:: SUPPLIED MATERIAL ::

────────────────────

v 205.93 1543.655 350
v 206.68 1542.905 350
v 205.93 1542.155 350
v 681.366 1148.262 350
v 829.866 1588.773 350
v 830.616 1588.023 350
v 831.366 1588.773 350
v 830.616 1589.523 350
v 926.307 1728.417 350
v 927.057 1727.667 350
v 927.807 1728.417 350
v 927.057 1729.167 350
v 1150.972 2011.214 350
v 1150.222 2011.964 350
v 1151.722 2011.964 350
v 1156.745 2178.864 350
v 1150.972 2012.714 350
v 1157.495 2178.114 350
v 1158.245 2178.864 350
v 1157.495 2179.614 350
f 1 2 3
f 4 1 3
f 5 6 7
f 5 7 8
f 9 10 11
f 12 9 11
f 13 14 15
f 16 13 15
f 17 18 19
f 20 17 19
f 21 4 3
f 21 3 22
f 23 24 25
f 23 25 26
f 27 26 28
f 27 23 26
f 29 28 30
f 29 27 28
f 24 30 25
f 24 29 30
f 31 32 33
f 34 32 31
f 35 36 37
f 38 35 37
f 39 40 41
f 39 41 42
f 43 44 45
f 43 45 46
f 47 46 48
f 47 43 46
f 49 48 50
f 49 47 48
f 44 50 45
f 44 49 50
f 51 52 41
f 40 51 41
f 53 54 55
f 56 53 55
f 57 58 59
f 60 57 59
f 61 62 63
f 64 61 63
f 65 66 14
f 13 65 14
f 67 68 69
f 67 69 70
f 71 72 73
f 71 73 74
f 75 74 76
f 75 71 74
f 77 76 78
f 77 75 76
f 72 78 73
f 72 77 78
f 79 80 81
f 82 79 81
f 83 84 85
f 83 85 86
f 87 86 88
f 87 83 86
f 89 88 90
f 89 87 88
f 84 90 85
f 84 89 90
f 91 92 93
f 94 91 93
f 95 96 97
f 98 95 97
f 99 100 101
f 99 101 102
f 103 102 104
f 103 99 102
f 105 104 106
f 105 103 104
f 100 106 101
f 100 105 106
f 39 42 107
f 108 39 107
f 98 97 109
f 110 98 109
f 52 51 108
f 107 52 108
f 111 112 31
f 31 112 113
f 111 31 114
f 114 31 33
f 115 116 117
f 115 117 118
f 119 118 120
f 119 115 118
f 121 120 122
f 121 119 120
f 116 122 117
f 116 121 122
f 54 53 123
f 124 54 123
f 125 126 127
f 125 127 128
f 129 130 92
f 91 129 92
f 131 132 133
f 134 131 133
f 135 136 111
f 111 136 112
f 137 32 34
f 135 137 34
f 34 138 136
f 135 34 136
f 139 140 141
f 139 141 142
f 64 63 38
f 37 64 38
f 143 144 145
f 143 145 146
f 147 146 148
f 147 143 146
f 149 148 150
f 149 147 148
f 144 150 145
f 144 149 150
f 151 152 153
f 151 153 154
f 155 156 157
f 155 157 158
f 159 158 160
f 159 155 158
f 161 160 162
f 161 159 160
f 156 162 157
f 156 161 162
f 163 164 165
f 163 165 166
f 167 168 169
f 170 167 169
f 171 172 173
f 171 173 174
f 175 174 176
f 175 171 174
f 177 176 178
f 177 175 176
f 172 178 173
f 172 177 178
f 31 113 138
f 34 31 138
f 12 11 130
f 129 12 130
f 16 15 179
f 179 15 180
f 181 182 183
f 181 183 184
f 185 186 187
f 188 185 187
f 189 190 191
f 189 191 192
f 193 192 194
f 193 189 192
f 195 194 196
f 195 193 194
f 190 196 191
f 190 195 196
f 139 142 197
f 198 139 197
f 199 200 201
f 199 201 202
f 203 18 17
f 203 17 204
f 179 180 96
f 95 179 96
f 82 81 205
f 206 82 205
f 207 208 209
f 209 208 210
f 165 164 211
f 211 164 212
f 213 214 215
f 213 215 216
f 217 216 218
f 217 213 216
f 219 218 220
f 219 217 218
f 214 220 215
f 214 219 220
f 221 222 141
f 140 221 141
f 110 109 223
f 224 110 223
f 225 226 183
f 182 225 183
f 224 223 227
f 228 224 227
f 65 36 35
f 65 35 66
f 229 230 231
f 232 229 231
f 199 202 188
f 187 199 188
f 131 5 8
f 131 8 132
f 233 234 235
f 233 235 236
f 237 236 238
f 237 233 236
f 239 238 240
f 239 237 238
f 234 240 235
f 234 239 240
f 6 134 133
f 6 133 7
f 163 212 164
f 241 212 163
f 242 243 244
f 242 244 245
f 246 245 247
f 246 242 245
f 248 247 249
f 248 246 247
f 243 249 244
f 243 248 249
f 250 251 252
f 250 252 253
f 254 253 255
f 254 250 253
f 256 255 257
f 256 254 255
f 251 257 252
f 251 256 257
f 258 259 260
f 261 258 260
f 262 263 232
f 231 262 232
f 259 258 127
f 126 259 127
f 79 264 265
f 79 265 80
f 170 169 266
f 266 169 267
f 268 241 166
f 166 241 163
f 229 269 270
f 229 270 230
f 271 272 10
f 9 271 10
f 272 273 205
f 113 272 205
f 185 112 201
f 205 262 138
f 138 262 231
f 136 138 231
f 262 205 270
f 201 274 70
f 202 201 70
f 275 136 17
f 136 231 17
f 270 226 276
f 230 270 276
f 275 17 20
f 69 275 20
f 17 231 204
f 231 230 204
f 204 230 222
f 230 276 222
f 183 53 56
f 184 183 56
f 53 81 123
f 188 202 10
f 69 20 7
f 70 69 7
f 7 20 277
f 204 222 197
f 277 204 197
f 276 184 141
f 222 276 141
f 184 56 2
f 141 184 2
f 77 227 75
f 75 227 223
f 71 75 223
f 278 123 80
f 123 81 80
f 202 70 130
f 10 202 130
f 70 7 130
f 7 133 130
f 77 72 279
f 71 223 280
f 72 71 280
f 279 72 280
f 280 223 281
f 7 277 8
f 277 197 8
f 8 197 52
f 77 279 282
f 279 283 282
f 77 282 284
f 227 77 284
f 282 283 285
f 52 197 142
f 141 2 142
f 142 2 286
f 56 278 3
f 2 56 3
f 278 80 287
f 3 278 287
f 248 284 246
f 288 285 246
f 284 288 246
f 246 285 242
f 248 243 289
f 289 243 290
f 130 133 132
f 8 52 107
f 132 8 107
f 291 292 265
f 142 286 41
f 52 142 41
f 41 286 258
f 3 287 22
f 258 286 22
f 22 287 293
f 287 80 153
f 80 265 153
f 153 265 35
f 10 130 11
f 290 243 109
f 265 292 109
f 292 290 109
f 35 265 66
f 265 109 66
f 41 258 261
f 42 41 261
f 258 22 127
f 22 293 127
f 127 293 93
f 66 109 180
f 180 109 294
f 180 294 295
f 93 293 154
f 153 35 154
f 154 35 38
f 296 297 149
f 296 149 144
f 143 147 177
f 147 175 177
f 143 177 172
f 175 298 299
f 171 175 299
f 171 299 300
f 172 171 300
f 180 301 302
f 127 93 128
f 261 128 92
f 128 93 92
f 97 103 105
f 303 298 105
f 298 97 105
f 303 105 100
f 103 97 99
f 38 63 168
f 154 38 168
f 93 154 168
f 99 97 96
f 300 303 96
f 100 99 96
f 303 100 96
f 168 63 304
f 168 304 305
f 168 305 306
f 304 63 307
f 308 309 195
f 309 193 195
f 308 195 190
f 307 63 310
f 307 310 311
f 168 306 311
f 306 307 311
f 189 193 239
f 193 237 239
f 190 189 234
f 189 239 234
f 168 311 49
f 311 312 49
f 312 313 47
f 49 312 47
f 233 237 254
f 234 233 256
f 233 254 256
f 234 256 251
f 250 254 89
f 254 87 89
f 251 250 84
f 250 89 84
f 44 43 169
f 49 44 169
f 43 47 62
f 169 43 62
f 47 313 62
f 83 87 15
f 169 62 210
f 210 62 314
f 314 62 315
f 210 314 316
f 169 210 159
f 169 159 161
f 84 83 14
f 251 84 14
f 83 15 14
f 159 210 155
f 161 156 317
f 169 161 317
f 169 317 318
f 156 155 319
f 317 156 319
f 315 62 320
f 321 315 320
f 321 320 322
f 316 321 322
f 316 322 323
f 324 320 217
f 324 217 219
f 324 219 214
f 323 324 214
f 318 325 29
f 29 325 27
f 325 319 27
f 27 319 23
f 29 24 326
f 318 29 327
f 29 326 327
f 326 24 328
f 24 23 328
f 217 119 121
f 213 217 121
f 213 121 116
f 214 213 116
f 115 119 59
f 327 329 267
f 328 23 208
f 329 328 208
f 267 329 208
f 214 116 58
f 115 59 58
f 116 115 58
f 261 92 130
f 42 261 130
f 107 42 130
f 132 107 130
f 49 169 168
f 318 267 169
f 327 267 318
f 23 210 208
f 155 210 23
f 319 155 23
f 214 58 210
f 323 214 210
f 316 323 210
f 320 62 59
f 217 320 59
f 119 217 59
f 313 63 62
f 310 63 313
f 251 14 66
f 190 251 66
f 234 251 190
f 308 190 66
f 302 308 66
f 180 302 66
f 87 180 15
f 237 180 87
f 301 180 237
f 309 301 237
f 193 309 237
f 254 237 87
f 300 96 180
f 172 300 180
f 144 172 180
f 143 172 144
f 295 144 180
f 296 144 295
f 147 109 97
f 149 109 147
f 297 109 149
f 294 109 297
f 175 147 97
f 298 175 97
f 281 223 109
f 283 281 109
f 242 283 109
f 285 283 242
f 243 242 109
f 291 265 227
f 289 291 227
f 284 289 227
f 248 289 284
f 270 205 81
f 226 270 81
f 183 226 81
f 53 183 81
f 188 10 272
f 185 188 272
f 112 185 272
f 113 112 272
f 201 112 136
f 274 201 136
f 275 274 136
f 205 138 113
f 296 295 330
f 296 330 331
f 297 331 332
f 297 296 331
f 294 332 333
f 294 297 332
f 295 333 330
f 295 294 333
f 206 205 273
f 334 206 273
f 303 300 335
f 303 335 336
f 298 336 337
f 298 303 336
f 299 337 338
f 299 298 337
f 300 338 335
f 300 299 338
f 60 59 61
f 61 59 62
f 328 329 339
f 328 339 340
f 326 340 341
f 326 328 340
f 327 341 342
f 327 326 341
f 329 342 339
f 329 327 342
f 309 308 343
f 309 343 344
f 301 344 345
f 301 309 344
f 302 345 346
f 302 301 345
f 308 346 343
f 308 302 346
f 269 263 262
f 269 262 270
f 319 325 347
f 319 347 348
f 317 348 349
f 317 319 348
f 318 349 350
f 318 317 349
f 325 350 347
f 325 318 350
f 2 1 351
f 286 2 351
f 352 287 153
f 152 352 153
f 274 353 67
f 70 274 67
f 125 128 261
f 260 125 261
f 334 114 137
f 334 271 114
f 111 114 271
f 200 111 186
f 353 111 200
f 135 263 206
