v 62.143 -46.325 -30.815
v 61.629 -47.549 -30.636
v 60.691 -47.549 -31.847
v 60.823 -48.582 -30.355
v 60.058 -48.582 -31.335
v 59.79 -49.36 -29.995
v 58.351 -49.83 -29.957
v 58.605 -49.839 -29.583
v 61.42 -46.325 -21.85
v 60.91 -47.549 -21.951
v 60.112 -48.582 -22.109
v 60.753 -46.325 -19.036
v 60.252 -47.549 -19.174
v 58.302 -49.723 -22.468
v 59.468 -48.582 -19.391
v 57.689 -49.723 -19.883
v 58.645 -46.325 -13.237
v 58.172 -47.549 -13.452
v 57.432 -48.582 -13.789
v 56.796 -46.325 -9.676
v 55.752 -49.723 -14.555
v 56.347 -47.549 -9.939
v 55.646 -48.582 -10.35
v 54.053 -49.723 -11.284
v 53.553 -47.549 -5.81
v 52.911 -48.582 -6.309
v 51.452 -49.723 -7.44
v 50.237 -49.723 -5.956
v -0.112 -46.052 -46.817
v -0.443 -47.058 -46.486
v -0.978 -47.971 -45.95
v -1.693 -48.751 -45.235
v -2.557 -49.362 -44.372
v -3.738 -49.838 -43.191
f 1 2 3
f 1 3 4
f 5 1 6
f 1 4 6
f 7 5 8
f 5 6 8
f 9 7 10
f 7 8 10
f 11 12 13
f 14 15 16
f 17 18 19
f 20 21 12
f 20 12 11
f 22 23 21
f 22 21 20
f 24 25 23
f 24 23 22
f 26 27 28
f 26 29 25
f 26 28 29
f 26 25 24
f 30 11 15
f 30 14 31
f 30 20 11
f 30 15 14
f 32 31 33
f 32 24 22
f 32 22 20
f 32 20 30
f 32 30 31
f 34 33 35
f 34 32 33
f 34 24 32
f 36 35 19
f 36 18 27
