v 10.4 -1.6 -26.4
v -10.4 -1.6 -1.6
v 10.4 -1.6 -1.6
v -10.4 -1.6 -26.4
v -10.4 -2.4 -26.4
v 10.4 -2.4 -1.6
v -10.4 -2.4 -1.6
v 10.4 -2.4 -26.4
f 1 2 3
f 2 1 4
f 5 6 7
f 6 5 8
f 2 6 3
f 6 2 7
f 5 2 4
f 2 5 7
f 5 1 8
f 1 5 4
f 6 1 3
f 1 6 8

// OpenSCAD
// file: ../p/4-4edge.scad
use <../lib.scad>
$fa=1; $fs=0.2;
function ldraw_lib__4_4edge(realsolid=false) = [
// 0 Circle 1.0
// 0 Name: 4-4edge.dat
// 0 Author: James Jessiman
// 0 !LDRAW_ORG Primitive UPDATE 2017-01
// 0 !LICENSE Licensed under CC BY 2.0 and CC BY 4.0 : see CAreadme.txt
// 
// 0 BFC CERTIFY CCW
  [0,"BFC","CERTIFY"],
  [0,"BFC","CCW"],
// 
// 0 !HISTORY 1998-12-15 [PTadmin] Official Update 1998-10
// 0 !HISTORY 2005-12-28 [PTadmin] Official Update 2005-01
// 0 !HISTORY 2007-06-24 [PTadmin] Header formatted for Contributor Agreement
// 0 !HISTORY 2008-07-01 [PTadmin] Official Update 2008-01
// 0 !HISTORY 2017-01-15 [Steffen] BFCed
// 0 !HISTORY 2017-12-30 [PTadmin] Official Update 2017-01
// 
// 
// 2 24 1 0 0 0.9239 0 0.3827
  [2,24,1,0,0,0.9239,0,0.3827],
// 2 24 0.9239 0 0.3827 0.7071 0 0.7071
  [2,24,0.9239,0,0.3827,0.7071,0,0.7071],
// 2 24 0.7071 0 0.7071 0.3827 0 0.9239
  [2,24,0.7071,0,0.7071,0.3827,0,0.9239],
// 2 24 0.3827 0 0.9239 0 0 1
  [2,24,0.3827,0,0.9239,0,0,1],
// 2 24 0 0 1 -0.3827 0 0.9239
  [2,24,0,0,1,-0.3827,0,0.9239],
// 2 24 -0.3827 0 0.9239 -0.7071 0 0.7071
  [2,24,-0.3827,0,0.9239,-0.7071,0,0.7071],
// 2 24 -0.7071 0 0.7071 -0.9239 0 0.3827
  [2,24,-0.7071,0,0.7071,-0.9239,0,0.3827],
// 2 24 -0.9239 0 0.3827 -1 0 -0
  [2,24,-0.9239,0,0.3827,-1,0,-0],
// 2 24 -1 0 -0 -0.9239 0 -0.3827
  [2,24,-1,0,-0,-0.9239,0,-0.3827],
// 2 24 -0.9239 0 -0.3827 -0.7071 0 -0.7071
  [2,24,-0.9239,0,-0.3827,-0.7071,0,-0.7071],
// 2 24 -0.7071 0 -0.7071 -0.3827 0 -0.9239
  [2,24,-0.7071,0,-0.7071,-0.3827,0,-0.9239],
// 2 24 -0.3827 0 -0.9239 0 0 -1
  [2,24,-0.3827,0,-0.9239,0,0,-1],
// 2 24 0 0 -1 0.3827 0 -0.9239
  [2,24,0,0,-1,0.3827,0,-0.9239],
// 2 24 0.3827 0 -0.9239 0.7071 0 -0.7071
  [2,24,0.3827,0,-0.9239,0.7071,0,-0.7071],
// 2 24 0.7071 0 -0.7071 0.9239 0 -0.3827
  [2,24,0.7071,0,-0.7071,0.9239,0,-0.3827],
// 2 24 0.9239 0 -0.3827 1 0 0
  [2,24,0.9239,0,-0.3827,1,0,0],
];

────────────────────

:: ASSIGNED TASK ::
Reproduce verbatim the lines above, from the line with "f 135 136 111" through the line with "f 155 156 157".

:: TASK SOLUTION ::
f 135 136 111
f 111 136 112
f 137 32 34
f 135 137 34
f 34 138 136
f 135 34 136
f 139 140 141
f 139 141 142
f 64 63 38
f 37 64 38
f 143 144 145
f 143 145 146
f 147 146 148
f 147 143 146
f 149 148 150
f 149 147 148
f 144 150 145
f 144 149 150
f 151 152 153
f 151 153 154
f 155 156 157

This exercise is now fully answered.